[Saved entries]
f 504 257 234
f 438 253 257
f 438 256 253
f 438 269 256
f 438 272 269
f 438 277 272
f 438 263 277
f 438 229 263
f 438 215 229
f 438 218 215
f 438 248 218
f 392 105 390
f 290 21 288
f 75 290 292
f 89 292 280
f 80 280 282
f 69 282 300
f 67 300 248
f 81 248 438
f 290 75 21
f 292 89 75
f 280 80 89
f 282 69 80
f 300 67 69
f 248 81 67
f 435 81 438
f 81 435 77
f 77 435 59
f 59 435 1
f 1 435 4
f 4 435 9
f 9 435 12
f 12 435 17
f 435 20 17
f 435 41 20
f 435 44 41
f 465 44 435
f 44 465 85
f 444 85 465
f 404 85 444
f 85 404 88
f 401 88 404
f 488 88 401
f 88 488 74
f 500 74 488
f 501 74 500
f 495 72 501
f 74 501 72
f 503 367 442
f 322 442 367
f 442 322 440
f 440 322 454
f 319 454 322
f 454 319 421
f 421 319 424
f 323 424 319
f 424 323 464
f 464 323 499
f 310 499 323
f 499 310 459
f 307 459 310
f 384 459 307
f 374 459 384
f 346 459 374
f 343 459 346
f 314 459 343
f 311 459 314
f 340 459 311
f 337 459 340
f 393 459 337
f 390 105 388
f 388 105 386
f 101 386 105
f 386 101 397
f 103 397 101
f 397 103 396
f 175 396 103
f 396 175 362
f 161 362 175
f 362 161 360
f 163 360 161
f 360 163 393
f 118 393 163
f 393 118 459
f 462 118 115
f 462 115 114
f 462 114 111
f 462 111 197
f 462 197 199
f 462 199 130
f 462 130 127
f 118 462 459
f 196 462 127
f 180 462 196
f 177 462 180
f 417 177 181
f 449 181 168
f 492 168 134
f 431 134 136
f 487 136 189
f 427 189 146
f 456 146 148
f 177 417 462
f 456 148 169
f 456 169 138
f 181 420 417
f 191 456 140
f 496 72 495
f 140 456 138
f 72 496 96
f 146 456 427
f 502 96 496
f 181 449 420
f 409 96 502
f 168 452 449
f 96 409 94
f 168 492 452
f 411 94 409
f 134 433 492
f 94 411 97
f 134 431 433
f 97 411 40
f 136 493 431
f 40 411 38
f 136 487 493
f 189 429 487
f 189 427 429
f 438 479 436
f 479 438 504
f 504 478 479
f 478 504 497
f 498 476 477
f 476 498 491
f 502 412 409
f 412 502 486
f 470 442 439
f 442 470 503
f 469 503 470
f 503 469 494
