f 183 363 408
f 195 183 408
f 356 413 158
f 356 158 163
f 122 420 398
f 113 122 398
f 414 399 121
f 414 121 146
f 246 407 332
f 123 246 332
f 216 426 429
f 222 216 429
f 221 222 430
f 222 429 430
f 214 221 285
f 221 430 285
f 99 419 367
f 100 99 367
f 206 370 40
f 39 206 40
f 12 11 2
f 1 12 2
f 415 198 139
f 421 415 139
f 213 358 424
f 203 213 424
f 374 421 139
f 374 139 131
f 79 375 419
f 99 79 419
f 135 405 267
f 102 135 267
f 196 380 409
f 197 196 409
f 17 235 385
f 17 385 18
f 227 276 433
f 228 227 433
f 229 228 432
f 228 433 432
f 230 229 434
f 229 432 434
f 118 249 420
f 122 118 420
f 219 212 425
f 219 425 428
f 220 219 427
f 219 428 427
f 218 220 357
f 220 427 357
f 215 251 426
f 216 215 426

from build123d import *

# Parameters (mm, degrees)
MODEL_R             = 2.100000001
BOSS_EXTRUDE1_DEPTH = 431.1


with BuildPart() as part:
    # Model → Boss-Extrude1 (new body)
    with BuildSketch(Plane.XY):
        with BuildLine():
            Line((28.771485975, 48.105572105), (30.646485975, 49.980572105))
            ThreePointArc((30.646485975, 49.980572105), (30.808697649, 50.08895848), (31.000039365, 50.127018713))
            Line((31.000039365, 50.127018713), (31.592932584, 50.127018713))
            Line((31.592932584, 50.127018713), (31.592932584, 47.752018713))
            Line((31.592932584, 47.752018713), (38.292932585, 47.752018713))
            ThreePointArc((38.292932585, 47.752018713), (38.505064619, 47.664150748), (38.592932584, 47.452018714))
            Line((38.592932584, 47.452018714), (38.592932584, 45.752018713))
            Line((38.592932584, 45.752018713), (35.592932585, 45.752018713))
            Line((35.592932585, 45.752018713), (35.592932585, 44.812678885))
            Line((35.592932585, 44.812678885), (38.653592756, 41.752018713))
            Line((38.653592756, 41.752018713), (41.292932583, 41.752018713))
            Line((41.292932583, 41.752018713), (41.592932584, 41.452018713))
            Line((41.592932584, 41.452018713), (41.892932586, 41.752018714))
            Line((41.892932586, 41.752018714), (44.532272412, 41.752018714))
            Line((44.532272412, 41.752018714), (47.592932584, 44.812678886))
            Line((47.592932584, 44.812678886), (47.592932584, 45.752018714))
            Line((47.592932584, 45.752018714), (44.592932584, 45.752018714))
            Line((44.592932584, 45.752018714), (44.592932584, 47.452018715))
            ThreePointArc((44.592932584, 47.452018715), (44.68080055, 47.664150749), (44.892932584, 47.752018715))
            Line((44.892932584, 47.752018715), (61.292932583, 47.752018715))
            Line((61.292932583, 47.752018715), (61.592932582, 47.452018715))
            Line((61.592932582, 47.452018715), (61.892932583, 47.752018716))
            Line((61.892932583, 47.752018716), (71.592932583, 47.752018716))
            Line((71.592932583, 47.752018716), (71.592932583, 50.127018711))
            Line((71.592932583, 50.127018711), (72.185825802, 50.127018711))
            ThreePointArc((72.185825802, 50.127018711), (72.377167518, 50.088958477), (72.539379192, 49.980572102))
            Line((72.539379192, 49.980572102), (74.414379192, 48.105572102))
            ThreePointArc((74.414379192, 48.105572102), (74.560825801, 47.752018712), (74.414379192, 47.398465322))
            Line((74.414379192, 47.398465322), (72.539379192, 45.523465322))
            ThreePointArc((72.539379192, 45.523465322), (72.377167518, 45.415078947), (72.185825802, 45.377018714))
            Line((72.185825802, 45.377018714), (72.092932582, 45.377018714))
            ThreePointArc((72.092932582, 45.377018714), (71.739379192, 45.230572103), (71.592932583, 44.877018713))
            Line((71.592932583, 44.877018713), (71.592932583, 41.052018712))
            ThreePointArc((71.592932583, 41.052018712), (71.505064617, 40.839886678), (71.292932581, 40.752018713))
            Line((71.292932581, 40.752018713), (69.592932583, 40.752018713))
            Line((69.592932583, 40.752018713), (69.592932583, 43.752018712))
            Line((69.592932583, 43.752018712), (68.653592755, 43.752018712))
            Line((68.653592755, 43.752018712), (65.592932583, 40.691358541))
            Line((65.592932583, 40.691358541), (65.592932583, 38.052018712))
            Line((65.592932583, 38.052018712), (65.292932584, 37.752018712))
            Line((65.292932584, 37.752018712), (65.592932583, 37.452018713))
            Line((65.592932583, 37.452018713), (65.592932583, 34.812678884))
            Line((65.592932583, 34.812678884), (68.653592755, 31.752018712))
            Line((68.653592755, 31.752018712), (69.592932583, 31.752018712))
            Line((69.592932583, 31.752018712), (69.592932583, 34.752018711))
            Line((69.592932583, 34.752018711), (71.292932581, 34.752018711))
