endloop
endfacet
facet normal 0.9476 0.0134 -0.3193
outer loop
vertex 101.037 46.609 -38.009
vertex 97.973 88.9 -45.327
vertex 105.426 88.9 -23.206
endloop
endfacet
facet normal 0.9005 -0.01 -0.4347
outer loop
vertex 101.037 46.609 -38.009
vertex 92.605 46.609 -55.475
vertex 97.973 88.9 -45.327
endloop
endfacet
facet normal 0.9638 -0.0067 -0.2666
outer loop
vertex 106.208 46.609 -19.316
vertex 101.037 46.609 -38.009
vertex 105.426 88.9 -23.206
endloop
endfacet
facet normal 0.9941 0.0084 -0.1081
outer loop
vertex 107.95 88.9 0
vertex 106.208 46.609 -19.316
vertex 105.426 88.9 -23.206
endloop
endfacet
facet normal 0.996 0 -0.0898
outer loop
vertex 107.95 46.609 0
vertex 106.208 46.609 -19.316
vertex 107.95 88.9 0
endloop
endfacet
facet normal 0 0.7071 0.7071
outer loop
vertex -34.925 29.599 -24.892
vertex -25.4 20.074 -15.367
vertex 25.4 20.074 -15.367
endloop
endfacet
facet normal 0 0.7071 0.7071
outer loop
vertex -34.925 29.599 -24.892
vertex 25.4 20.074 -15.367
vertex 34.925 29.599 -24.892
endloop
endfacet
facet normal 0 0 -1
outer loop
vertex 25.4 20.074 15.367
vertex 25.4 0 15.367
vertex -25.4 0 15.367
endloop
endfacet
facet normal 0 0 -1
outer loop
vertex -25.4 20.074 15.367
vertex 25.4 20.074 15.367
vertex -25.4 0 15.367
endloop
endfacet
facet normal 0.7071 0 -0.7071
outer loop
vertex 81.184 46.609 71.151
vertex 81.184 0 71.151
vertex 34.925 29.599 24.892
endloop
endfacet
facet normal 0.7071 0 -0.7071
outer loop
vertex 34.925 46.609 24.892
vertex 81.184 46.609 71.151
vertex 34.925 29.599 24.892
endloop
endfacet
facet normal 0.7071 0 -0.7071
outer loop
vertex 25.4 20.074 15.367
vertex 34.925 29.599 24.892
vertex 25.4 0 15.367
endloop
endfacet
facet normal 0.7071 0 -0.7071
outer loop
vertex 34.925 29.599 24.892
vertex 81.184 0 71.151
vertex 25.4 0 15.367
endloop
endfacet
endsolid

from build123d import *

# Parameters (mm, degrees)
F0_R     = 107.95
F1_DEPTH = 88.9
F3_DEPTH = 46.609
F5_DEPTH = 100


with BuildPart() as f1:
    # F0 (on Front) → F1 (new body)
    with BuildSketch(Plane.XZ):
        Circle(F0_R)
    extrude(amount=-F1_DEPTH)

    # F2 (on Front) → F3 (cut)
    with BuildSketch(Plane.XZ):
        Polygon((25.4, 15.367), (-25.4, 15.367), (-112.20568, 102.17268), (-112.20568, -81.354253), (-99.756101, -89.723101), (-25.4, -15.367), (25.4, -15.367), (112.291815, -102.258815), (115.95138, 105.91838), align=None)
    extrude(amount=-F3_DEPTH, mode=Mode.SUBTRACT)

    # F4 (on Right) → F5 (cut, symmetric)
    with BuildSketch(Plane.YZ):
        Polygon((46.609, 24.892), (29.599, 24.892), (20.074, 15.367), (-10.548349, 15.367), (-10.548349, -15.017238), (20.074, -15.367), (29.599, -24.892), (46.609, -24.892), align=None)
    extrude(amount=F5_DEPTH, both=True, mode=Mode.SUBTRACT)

** Task requirements **
Of all the entries above, repeat only the lines from the line that has "f 290 75 21" to the line that has "f 362 161 360", both lines included, exactly.

** Solution for this problem **
f 290 75 21
f 292 89 75
f 280 80 89
f 282 69 80
f 300 67 69
f 248 81 67
f 435 81 438
f 81 435 77
f 77 435 59
f 59 435 1
f 1 435 4
f 4 435 9
f 9 435 12
f 12 435 17
f 435 20 17
f 435 41 20
f 435 44 41
f 465 44 435
f 44 465 85
f 444 85 465
f 404 85 444
f 85 404 88
f 401 88 404
f 488 88 401
f 88 488 74
f 500 74 488
f 501 74 500
f 495 72 501
f 74 501 72
f 503 367 442
f 322 442 367
f 442 322 440
f 440 322 454
f 319 454 322
f 454 319 421
f 421 319 424
f 323 424 319
f 424 323 464
f 464 323 499
f 310 499 323
f 499 310 459
f 307 459 310
f 384 459 307
f 374 459 384
f 346 459 374
f 343 459 346
f 314 459 343
f 311 459 314
f 340 459 311
f 337 459 340
f 393 459 337
f 390 105 388
f 388 105 386
f 101 386 105
f 386 101 397
f 103 397 101
f 397 103 396
f 175 396 103
f 396 175 362
f 161 362 175
f 362 161 360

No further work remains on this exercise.